---- Data shown

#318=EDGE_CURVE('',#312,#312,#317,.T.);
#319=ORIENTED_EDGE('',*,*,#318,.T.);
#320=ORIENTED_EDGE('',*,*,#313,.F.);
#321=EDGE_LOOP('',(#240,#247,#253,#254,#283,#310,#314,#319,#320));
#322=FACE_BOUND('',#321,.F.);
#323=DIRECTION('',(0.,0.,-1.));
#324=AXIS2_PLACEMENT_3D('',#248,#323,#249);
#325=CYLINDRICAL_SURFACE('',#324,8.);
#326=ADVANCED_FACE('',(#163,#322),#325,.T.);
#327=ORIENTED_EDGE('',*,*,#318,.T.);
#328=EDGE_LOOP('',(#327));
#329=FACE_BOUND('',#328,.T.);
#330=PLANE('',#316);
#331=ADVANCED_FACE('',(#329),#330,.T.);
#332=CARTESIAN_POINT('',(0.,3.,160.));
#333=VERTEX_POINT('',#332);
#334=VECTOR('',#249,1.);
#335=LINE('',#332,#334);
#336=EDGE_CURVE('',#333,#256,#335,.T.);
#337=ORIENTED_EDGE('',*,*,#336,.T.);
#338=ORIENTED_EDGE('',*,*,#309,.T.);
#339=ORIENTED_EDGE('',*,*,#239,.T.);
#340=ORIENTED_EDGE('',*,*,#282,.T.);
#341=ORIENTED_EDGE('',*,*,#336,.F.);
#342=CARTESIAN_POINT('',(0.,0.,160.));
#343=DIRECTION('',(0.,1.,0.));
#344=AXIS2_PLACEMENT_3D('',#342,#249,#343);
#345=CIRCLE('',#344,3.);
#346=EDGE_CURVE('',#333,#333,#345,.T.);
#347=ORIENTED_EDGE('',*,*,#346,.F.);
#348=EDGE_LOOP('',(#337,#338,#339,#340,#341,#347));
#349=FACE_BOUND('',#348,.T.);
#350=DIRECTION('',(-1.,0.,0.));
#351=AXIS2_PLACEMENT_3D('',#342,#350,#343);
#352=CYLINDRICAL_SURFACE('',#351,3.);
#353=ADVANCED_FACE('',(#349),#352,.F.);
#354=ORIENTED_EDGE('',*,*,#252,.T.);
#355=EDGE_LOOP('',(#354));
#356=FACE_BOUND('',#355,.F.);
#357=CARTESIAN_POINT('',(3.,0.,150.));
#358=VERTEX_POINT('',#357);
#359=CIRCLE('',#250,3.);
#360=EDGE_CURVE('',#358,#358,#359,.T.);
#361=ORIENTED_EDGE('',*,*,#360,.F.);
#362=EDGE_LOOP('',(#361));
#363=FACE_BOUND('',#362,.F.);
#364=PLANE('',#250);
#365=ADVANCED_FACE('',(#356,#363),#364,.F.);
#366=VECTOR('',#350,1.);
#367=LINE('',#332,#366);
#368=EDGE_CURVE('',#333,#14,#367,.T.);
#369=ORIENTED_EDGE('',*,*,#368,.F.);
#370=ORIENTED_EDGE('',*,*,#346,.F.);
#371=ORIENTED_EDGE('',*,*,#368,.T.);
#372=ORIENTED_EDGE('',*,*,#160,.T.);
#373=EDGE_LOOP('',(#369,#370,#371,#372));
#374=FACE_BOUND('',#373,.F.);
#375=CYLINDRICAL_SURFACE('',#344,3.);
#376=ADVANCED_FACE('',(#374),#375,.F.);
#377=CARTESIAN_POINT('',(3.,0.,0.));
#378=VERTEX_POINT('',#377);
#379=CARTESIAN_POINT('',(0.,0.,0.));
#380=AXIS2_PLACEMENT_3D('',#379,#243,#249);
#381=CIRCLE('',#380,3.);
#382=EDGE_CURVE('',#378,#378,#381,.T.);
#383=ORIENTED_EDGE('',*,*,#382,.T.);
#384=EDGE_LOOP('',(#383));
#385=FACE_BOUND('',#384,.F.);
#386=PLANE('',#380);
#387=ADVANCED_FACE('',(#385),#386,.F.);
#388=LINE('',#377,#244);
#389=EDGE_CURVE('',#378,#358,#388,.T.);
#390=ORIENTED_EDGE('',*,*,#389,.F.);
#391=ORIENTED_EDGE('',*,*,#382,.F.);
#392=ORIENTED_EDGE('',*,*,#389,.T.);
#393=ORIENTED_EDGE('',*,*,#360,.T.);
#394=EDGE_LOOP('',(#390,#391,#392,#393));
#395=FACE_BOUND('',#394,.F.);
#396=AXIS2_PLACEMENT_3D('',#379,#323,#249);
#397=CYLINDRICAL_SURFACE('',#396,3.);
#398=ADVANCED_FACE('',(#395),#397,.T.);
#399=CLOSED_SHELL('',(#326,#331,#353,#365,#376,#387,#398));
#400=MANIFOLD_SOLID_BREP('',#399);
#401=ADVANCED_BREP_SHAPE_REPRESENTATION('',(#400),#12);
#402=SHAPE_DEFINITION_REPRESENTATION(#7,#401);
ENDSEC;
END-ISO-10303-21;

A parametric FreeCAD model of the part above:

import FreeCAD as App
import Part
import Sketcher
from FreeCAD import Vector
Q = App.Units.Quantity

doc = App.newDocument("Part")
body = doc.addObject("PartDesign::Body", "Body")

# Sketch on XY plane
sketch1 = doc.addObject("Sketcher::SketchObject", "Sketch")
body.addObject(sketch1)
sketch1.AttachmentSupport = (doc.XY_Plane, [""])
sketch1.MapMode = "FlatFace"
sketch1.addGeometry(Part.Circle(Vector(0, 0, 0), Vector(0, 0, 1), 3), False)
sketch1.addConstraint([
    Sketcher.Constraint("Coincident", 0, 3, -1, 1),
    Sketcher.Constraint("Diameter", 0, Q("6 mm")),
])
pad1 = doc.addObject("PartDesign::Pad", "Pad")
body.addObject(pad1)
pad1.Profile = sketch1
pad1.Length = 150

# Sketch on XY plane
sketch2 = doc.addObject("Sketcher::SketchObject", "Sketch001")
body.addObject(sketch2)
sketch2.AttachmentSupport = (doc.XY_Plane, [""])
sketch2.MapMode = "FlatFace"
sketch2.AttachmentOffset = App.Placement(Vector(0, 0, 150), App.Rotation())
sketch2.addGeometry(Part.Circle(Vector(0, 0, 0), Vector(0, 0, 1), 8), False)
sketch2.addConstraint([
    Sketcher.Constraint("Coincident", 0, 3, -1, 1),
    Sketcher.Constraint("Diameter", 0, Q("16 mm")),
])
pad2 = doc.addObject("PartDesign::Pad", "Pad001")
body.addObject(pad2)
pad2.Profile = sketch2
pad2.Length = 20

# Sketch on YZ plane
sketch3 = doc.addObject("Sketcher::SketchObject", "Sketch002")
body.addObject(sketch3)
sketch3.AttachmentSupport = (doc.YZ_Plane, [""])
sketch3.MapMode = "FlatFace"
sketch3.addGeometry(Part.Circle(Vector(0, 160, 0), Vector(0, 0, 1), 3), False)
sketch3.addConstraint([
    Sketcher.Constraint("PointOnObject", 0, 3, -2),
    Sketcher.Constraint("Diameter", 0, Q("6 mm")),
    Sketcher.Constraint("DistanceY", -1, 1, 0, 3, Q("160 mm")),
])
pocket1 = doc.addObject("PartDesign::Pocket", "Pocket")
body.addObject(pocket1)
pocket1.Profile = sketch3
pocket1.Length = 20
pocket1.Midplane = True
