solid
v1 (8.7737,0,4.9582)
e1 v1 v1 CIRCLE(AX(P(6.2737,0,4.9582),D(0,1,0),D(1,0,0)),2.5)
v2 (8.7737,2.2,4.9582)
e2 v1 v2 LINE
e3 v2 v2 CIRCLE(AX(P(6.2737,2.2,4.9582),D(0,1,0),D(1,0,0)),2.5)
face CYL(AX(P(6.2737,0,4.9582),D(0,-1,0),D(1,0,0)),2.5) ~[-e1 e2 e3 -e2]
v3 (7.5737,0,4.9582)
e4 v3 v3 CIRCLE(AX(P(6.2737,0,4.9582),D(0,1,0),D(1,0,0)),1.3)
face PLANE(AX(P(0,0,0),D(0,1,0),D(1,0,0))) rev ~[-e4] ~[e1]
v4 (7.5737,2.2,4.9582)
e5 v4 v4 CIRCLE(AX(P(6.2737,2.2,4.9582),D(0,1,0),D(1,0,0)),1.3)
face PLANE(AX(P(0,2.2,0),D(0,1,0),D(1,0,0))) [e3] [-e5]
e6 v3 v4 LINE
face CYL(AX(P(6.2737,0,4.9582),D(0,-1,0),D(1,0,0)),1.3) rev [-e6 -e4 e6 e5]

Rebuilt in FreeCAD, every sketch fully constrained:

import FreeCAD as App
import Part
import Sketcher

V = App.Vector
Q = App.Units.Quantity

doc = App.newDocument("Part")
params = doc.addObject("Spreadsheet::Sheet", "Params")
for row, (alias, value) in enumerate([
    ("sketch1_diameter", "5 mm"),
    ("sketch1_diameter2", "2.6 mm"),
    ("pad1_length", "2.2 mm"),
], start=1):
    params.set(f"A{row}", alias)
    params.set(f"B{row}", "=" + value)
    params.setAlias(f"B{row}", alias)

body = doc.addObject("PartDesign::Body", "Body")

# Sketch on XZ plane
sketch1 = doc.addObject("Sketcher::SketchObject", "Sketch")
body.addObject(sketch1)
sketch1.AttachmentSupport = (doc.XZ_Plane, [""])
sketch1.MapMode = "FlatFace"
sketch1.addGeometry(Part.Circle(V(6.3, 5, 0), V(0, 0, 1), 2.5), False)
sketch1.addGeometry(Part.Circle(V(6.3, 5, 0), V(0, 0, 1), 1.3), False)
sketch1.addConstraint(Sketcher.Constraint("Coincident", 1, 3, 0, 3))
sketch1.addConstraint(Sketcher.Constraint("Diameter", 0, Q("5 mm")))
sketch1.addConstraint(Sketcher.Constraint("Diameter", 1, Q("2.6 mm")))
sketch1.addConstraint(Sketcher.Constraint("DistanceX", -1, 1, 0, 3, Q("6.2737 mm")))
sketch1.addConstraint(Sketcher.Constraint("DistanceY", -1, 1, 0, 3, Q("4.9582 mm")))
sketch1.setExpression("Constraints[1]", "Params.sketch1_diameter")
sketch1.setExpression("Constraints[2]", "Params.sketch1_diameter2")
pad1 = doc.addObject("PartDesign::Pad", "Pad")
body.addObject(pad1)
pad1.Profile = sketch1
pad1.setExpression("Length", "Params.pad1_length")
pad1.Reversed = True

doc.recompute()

--------

> **What is being asked**: Transcribe verbatim. Cover the lines from the first line of the entries above to the line containing "#340=ORIENTED_EDGE('',*,*,#282,.T.);", inclusive.

> **Solution**:
#318=EDGE_CURVE('',#312,#312,#317,.T.);
#319=ORIENTED_EDGE('',*,*,#318,.T.);
#320=ORIENTED_EDGE('',*,*,#313,.F.);
#321=EDGE_LOOP('',(#240,#247,#253,#254,#283,#310,#314,#319,#320));
#322=FACE_BOUND('',#321,.F.);
#323=DIRECTION('',(0.,0.,-1.));
#324=AXIS2_PLACEMENT_3D('',#248,#323,#249);
#325=CYLINDRICAL_SURFACE('',#324,8.);
#326=ADVANCED_FACE('',(#163,#322),#325,.T.);
#327=ORIENTED_EDGE('',*,*,#318,.T.);
#328=EDGE_LOOP('',(#327));
#329=FACE_BOUND('',#328,.T.);
#330=PLANE('',#316);
#331=ADVANCED_FACE('',(#329),#330,.T.);
#332=CARTESIAN_POINT('',(0.,3.,160.));
#333=VERTEX_POINT('',#332);
#334=VECTOR('',#249,1.);
#335=LINE('',#332,#334);
#336=EDGE_CURVE('',#333,#256,#335,.T.);
#337=ORIENTED_EDGE('',*,*,#336,.T.);
#338=ORIENTED_EDGE('',*,*,#309,.T.);
#339=ORIENTED_EDGE('',*,*,#239,.T.);
#340=ORIENTED_EDGE('',*,*,#282,.T.);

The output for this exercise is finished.